Problem details: After finding the line containing "f 242 238 243" below, please output that line and each following one through the line containing "f 265 264 266", exactly as written.

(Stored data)
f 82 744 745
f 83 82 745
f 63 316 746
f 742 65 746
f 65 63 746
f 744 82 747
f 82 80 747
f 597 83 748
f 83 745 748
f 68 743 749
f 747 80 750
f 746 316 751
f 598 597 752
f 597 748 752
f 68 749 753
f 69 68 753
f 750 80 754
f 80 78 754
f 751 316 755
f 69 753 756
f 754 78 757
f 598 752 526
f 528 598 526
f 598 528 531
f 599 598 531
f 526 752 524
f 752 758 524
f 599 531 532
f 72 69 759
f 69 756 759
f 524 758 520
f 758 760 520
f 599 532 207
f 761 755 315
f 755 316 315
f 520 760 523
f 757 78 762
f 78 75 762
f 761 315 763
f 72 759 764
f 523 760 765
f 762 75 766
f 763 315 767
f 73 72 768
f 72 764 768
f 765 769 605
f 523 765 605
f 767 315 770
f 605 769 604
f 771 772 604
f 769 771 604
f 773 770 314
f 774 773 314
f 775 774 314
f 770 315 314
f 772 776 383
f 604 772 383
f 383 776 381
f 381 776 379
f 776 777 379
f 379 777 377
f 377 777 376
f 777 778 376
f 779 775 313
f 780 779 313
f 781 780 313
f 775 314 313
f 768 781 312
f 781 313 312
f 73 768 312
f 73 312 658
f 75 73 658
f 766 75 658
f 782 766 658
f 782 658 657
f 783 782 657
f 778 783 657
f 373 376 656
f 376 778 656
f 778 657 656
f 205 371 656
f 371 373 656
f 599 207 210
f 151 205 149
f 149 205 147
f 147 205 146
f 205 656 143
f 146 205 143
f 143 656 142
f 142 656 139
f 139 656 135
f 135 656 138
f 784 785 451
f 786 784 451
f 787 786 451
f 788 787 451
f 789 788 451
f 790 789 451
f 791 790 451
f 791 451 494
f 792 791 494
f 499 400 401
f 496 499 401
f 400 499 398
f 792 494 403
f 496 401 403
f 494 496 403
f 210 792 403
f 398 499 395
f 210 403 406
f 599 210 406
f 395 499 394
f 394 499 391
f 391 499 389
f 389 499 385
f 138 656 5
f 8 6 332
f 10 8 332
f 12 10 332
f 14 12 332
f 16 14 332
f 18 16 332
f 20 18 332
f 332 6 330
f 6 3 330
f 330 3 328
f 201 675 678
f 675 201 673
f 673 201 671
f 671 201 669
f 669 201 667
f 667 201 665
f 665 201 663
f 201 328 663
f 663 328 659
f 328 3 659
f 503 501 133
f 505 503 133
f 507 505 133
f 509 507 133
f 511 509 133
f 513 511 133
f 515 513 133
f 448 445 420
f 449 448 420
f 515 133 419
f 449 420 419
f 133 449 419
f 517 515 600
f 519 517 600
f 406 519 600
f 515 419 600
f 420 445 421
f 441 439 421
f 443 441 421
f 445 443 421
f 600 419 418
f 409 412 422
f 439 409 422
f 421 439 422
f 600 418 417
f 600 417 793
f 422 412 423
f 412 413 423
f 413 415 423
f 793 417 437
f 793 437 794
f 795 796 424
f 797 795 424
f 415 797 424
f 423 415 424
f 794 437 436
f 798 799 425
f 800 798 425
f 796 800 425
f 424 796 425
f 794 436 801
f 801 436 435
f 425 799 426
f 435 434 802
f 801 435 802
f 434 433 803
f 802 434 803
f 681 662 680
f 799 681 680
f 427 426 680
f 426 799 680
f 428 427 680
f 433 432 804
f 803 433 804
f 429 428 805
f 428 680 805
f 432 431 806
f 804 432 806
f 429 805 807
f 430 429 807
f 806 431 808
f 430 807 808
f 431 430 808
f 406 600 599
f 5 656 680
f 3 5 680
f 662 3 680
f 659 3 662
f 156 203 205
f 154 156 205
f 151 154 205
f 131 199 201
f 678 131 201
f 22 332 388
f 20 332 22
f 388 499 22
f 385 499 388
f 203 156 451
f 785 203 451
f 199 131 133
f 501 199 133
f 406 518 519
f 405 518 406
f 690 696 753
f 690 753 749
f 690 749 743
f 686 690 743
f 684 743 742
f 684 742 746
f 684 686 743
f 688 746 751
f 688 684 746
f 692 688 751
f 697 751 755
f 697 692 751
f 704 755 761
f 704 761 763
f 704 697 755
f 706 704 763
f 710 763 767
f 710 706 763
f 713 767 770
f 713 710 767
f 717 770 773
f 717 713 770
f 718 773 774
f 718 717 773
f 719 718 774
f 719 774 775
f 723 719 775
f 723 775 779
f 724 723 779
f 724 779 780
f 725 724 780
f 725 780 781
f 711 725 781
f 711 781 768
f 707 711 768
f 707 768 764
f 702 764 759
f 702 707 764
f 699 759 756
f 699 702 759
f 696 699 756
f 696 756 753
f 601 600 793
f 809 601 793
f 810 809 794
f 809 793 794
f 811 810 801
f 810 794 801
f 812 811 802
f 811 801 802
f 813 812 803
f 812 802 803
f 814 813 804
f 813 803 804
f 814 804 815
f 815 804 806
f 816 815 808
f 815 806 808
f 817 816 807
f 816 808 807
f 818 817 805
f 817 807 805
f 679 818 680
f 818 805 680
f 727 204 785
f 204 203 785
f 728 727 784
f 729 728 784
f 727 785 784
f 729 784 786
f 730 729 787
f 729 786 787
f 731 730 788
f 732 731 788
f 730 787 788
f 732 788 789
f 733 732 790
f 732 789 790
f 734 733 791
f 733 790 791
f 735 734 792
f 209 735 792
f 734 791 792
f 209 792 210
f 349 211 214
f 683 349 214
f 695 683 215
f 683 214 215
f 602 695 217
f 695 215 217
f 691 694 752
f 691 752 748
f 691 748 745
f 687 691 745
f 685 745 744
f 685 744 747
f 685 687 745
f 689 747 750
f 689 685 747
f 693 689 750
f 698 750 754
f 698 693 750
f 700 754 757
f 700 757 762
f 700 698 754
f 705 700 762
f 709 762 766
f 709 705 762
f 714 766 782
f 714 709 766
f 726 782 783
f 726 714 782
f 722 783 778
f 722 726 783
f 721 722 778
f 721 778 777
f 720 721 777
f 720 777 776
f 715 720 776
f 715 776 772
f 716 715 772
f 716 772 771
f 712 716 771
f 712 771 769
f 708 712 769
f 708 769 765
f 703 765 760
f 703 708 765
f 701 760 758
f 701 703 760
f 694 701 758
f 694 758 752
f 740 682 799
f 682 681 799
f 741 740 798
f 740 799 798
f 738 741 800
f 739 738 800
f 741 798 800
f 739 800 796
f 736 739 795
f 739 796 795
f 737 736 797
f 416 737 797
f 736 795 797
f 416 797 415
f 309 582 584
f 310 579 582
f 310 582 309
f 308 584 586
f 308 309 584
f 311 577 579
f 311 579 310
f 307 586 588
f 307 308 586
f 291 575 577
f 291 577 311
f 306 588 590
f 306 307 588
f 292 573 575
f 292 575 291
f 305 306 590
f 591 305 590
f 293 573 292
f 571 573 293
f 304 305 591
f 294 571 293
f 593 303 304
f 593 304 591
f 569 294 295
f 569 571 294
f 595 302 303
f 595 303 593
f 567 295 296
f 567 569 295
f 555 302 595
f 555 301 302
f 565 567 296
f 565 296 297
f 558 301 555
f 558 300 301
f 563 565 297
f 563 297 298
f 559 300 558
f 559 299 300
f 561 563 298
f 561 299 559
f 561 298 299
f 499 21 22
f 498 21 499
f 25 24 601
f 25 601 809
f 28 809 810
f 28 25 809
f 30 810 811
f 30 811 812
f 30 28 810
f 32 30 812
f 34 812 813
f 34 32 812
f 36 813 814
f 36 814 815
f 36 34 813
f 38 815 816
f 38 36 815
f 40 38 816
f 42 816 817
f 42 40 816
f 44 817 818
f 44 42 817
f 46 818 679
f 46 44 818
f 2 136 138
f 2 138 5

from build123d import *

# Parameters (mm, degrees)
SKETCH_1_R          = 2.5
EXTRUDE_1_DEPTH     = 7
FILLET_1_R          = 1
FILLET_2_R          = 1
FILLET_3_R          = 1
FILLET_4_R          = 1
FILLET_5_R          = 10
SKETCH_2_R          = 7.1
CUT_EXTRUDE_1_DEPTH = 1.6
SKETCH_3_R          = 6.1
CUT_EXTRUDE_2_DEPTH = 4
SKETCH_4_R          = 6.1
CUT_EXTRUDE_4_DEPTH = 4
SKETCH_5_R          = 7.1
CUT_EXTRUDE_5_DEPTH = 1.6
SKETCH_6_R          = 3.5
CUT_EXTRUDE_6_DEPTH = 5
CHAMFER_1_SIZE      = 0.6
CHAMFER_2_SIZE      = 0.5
--
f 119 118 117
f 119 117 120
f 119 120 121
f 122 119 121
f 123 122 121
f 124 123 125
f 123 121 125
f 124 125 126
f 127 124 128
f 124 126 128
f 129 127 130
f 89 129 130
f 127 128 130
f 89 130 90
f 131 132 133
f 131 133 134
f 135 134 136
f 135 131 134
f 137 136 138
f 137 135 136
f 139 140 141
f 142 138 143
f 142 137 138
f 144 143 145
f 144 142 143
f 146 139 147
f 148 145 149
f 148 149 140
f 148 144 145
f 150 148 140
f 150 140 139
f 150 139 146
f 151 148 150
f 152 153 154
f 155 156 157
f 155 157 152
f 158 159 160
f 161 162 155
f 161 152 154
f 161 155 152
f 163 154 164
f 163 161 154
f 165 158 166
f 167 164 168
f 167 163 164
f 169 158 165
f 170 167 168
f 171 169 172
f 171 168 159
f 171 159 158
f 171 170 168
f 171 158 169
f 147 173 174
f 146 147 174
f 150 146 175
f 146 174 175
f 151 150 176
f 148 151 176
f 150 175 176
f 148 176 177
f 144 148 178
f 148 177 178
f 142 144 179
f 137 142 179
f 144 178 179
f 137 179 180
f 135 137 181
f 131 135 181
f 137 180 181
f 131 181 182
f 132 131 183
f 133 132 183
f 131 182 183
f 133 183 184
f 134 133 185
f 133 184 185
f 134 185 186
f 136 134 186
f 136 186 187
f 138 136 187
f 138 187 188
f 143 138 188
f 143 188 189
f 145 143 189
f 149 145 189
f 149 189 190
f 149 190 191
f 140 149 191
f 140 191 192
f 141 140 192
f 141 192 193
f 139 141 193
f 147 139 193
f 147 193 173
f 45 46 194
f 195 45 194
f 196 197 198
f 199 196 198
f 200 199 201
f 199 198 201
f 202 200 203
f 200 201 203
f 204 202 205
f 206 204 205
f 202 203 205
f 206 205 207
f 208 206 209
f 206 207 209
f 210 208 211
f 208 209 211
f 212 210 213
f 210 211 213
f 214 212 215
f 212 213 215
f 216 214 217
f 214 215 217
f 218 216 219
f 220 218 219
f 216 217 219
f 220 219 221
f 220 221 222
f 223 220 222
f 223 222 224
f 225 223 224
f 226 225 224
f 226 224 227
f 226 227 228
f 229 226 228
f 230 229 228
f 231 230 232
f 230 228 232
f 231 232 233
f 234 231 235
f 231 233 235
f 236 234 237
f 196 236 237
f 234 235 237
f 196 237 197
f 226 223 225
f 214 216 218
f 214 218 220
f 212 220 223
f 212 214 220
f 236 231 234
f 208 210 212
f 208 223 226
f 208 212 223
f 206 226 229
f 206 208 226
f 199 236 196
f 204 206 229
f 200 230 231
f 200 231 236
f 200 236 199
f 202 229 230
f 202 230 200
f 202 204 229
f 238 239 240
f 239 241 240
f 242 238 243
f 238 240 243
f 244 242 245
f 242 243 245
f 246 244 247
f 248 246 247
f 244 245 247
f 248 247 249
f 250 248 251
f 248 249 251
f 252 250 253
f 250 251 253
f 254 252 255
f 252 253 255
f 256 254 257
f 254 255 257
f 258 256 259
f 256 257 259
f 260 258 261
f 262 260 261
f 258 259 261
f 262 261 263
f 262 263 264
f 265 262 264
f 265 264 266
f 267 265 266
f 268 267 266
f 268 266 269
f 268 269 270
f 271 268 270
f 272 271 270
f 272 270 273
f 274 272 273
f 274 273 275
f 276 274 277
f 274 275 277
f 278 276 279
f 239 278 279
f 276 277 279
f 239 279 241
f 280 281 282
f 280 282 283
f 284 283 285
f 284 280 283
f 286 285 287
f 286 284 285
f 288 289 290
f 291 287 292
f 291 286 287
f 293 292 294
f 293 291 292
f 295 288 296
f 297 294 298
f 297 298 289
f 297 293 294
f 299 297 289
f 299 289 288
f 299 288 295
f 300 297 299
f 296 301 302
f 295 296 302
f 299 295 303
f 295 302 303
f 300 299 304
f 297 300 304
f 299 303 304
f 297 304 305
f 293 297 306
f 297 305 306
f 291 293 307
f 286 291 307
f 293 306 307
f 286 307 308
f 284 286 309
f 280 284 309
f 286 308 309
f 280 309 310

Response to this task:
f 242 238 243
f 238 240 243
f 244 242 245
f 242 243 245
f 246 244 247
f 248 246 247
f 244 245 247
f 248 247 249
f 250 248 251
f 248 249 251
f 252 250 253
f 250 251 253
f 254 252 255
f 252 253 255
f 256 254 257
f 254 255 257
f 258 256 259
f 256 257 259
f 260 258 261
f 262 260 261
f 258 259 261
f 262 261 263
f 262 263 264
f 265 262 264
f 265 264 266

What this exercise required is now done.